▶ What to work on
In the entries that follow, the lines from the one with "#75=DIRECTION('',(0.,0.,1.));" through the one with "#98=DIRECTION('',(0.,0.,-1.));" are the ones to write out, exactly and with both ends included. Nothing else should appear.
━━━ Source material ━━━
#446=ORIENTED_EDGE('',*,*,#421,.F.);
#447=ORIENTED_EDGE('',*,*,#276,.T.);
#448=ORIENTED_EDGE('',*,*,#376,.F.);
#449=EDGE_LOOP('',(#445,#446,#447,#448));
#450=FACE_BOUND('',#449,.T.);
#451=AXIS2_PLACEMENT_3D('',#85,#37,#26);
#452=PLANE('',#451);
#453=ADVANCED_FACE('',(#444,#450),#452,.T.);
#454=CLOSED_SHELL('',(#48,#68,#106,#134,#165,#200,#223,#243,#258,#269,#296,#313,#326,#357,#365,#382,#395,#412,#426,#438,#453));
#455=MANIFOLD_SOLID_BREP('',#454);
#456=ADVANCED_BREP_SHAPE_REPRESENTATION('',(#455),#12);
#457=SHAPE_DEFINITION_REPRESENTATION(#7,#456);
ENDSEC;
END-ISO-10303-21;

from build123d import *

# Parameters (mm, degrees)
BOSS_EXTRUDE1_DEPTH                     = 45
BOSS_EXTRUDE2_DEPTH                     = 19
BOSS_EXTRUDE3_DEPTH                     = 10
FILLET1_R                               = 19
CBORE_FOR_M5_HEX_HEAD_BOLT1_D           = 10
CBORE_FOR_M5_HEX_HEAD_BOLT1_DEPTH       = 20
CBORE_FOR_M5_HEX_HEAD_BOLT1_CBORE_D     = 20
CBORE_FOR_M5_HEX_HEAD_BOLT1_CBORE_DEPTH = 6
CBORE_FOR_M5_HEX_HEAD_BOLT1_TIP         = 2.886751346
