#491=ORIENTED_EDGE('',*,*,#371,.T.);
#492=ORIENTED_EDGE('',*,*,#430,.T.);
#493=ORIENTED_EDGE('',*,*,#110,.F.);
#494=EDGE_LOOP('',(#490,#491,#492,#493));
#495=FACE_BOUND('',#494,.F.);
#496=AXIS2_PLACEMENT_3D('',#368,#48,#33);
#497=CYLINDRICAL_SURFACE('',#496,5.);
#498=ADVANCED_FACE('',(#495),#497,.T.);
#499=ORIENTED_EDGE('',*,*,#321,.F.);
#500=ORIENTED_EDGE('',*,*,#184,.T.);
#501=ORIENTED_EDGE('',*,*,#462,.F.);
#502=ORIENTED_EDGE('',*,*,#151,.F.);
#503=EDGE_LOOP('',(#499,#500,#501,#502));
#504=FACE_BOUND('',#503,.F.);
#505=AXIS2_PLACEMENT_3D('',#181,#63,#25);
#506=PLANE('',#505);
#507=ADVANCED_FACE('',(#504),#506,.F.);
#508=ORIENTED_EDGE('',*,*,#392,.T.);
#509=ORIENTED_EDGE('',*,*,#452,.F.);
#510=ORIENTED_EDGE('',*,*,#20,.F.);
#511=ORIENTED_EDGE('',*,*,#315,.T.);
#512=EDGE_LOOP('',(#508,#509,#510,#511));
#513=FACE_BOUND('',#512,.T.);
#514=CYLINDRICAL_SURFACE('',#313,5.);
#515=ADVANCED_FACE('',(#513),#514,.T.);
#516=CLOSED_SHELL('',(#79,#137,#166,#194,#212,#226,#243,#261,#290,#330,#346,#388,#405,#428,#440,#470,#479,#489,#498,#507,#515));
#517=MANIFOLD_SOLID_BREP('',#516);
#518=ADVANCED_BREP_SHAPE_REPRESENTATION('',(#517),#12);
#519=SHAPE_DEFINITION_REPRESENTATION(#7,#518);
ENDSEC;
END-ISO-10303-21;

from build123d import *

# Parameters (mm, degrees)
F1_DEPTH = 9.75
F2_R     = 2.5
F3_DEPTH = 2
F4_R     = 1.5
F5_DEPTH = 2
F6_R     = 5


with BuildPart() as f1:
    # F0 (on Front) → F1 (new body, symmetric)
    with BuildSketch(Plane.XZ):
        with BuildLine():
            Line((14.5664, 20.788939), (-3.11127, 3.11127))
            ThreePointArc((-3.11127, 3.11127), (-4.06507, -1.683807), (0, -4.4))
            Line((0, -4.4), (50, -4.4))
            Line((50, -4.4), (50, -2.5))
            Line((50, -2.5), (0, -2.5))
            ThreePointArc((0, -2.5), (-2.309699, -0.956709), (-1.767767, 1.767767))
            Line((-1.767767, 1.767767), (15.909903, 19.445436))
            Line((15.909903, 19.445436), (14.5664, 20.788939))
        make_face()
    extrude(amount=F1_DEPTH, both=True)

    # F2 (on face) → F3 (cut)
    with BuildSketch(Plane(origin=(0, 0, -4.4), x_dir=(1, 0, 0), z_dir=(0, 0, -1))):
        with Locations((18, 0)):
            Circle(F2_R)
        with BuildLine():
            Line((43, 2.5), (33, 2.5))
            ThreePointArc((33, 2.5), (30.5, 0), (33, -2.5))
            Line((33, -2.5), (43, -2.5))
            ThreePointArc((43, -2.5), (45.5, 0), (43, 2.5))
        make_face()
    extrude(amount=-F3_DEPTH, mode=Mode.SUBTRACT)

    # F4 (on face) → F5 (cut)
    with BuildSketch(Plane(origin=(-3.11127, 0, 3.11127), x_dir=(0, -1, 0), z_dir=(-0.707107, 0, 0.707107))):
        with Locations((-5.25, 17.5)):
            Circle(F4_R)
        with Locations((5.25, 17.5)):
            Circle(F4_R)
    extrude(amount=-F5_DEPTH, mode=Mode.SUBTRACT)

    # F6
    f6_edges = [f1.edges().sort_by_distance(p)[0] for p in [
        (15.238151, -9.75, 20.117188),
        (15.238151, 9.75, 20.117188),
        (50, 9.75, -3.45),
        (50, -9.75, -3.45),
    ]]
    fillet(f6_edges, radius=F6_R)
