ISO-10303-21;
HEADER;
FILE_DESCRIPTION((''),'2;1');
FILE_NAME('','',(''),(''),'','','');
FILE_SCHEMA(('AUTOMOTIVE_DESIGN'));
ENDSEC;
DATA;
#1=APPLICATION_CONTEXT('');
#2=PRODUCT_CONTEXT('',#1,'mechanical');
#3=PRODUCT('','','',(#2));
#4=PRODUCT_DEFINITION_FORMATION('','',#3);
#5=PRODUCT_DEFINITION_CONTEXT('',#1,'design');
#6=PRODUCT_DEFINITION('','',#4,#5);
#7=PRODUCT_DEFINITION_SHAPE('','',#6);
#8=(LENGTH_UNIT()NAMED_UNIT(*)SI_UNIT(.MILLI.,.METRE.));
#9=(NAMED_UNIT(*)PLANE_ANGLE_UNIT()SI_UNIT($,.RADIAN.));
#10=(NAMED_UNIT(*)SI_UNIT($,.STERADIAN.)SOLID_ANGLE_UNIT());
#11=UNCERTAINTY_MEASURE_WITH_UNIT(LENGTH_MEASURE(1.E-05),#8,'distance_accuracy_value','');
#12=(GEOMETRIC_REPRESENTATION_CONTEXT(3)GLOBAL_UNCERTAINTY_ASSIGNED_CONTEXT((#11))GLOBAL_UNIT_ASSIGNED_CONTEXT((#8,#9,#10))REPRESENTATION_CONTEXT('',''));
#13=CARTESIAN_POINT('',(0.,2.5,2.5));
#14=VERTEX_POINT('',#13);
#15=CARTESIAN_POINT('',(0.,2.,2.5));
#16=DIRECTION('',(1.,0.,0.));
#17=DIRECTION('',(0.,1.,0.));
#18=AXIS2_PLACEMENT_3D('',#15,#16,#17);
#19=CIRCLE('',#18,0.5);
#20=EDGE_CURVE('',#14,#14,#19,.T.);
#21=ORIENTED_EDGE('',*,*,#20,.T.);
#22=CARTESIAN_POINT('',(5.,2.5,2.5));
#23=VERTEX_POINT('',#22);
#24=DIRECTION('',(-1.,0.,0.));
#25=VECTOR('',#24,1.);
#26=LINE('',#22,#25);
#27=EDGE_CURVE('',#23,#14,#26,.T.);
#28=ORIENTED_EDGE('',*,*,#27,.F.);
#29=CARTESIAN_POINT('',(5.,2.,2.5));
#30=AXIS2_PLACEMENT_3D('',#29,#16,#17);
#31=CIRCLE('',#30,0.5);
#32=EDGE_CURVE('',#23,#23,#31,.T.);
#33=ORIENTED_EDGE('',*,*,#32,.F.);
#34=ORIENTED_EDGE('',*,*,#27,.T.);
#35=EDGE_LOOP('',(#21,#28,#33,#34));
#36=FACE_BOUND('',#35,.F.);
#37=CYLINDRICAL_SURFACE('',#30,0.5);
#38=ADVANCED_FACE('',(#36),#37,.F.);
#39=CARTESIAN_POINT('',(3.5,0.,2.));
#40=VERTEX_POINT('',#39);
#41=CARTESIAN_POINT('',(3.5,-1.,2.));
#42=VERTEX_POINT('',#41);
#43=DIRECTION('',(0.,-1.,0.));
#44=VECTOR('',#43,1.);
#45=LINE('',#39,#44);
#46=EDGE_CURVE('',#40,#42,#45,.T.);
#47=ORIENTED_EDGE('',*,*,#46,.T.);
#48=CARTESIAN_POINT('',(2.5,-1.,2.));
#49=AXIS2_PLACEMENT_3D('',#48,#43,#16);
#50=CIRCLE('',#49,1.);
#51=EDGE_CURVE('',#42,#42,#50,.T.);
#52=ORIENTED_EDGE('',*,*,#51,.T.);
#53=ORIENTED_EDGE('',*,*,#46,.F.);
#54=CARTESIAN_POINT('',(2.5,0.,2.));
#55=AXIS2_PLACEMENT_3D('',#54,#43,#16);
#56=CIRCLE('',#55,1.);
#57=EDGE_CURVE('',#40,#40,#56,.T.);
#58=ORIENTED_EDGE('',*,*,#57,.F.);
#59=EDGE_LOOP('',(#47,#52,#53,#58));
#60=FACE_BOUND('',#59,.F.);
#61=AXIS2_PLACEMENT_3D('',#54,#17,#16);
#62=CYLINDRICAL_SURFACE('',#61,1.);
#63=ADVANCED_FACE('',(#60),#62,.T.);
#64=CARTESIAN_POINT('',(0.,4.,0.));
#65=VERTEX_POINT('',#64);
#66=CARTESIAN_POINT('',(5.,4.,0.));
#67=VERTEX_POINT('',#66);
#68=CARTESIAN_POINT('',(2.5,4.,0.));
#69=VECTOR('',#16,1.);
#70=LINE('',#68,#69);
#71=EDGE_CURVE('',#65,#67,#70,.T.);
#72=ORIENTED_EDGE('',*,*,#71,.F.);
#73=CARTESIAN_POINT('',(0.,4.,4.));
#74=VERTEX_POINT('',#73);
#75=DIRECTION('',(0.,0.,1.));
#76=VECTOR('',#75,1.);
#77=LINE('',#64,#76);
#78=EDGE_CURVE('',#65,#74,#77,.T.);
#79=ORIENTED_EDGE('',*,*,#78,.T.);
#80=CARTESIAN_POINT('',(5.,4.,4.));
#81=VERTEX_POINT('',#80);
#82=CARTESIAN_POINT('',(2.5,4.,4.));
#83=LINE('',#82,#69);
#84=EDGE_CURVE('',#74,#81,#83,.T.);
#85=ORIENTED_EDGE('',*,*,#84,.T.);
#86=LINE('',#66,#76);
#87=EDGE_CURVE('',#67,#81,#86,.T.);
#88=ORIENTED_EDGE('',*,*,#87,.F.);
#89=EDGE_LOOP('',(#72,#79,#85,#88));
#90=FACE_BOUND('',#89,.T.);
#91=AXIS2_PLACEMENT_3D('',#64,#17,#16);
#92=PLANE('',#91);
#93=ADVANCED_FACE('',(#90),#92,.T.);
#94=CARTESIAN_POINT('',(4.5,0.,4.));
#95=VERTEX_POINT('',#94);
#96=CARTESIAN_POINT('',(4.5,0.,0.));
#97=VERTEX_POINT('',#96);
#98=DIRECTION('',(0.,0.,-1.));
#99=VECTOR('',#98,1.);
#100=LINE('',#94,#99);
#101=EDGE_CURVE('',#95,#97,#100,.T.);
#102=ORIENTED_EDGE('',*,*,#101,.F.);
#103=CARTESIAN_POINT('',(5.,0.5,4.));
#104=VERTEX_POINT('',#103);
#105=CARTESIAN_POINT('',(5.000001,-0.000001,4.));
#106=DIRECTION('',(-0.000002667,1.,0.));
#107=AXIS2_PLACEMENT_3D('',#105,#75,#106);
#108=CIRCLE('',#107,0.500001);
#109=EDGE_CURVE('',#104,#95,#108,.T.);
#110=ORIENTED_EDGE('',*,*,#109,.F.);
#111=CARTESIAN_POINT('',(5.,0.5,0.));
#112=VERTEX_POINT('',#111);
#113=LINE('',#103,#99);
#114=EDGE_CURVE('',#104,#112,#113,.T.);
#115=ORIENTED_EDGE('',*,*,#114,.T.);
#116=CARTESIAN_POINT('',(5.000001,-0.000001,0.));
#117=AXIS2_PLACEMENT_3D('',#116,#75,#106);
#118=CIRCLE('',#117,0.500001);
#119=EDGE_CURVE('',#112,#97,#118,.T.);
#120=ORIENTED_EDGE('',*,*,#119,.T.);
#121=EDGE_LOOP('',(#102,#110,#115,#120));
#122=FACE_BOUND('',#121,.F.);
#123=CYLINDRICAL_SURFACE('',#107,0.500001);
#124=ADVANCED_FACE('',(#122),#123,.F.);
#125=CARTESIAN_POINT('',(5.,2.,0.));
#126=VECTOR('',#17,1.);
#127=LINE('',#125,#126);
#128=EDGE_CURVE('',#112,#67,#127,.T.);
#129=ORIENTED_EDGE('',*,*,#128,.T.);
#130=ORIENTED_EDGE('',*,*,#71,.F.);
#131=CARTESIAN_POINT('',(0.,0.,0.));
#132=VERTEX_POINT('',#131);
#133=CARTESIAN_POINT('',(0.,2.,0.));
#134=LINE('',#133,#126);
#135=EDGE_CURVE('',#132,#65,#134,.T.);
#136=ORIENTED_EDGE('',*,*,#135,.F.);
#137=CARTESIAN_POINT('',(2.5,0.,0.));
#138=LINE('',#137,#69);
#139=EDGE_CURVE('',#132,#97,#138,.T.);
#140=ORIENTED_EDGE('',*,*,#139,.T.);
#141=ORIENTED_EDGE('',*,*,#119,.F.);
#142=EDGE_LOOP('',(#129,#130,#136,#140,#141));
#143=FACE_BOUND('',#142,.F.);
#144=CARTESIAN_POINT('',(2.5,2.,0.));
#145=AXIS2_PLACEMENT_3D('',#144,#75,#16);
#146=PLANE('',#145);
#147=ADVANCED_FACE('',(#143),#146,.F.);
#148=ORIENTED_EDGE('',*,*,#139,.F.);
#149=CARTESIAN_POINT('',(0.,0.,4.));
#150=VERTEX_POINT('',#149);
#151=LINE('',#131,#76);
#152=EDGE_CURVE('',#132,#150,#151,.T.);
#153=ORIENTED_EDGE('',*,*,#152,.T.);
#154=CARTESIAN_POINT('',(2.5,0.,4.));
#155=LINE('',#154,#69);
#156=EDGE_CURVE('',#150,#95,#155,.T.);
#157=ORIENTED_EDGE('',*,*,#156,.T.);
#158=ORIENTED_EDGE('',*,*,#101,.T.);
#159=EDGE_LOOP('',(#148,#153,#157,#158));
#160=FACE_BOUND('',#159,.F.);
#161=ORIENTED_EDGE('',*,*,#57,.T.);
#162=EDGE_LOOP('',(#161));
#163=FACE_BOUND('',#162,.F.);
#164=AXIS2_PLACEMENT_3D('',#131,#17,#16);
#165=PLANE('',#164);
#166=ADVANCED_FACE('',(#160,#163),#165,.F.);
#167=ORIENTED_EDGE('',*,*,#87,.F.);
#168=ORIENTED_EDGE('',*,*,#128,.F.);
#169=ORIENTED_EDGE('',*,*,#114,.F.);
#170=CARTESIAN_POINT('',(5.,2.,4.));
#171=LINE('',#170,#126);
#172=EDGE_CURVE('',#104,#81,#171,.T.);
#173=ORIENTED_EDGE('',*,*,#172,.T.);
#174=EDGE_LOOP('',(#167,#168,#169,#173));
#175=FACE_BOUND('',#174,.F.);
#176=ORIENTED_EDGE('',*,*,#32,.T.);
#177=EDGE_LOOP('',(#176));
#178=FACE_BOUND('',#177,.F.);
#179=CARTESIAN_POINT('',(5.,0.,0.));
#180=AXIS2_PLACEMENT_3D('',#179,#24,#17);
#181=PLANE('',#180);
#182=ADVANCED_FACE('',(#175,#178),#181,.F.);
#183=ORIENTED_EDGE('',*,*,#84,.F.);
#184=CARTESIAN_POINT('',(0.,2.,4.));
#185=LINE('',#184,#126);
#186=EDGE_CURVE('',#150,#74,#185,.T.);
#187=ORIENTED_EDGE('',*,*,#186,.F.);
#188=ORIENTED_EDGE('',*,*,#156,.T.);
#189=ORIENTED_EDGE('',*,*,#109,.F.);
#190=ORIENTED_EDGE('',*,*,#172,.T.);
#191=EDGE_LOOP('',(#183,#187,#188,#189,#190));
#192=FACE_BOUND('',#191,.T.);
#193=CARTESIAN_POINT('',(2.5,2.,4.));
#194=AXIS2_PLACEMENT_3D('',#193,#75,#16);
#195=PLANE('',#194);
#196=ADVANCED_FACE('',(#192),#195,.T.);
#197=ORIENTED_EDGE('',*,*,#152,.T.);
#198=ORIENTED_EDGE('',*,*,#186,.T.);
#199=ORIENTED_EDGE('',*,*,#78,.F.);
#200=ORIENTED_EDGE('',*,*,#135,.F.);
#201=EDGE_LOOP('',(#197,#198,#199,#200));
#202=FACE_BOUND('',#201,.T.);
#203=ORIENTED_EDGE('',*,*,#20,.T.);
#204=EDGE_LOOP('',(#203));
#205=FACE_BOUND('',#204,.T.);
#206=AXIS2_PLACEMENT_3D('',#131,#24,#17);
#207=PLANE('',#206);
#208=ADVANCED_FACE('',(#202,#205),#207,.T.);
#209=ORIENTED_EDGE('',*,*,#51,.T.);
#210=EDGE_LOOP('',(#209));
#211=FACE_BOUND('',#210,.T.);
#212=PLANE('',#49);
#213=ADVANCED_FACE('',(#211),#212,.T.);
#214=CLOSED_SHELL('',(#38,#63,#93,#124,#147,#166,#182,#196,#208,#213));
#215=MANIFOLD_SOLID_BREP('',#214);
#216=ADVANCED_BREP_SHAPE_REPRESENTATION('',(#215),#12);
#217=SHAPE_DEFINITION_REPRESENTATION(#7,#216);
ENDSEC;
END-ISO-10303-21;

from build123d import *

# Parameters (mm, degrees)
F0_W     = 5
F0_H     = 4
F1_DEPTH = 4
F2_R     = 1
F3_DEPTH = 1
F5_DEPTH = 25
F6_R     = 0.5
F7_DEPTH = 5


with BuildPart() as f1:
    # F0 (on Top) → F1 (new body)
    with BuildSketch(Plane.XY):
        with Locations((2.5, 2)):
            Rectangle(F0_W, F0_H)
    extrude(amount=F1_DEPTH)

    # F2 (on face) → F3 (join)
    with BuildSketch(Plane.XZ):
        with Locations((2.5, 2)):
            Circle(F2_R)
    extrude(amount=F3_DEPTH)

    # F4 (on face) → F5 (cut)
    with BuildSketch(Plane.XY.offset(4)):
        with BuildLine():
            Line((5, 0), (5, 0.5))
            ThreePointArc((5, 0.5), (4.646447, 0.353553), (4.5, 0))
            Line((4.5, 0), (5, 0))
        make_face()
        with BuildLine():
            ThreePointArc((4.5, 0), (5, -0.5), (5.5, 0))
            ThreePointArc((5.5, 0), (5.353553, 0.353553), (5, 0.5))
            Line((5, 0.5), (5, 0))
            Line((5, 0), (4.5, 0))
        make_face()
    extrude(amount=-F5_DEPTH, mode=Mode.SUBTRACT)

    # F6 (on face) → F7 (cut)
    with BuildSketch(Plane.YZ.offset(5)):
        with Locations((2, 2.5)):
            Circle(F6_R)
    extrude(amount=-F7_DEPTH, mode=Mode.SUBTRACT)


solid = f1.part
━━━
▶ Task response
#75=DIRECTION('',(0.,0.,1.));
#76=VECTOR('',#75,1.);
#77=LINE('',#64,#76);
#78=EDGE_CURVE('',#65,#74,#77,.T.);
#79=ORIENTED_EDGE('',*,*,#78,.T.);
#80=CARTESIAN_POINT('',(5.,4.,4.));
#81=VERTEX_POINT('',#80);
#82=CARTESIAN_POINT('',(2.5,4.,4.));
#83=LINE('',#82,#69);
#84=EDGE_CURVE('',#74,#81,#83,.T.);
#85=ORIENTED_EDGE('',*,*,#84,.T.);
#86=LINE('',#66,#76);
#87=EDGE_CURVE('',#67,#81,#86,.T.);
#88=ORIENTED_EDGE('',*,*,#87,.F.);
#89=EDGE_LOOP('',(#72,#79,#85,#88));
#90=FACE_BOUND('',#89,.T.);
#91=AXIS2_PLACEMENT_3D('',#64,#17,#16);
#92=PLANE('',#91);
#93=ADVANCED_FACE('',(#90),#92,.T.);
#94=CARTESIAN_POINT('',(4.5,0.,4.));
#95=VERTEX_POINT('',#94);
#96=CARTESIAN_POINT('',(4.5,0.,0.));
#97=VERTEX_POINT('',#96);
#98=DIRECTION('',(0.,0.,-1.));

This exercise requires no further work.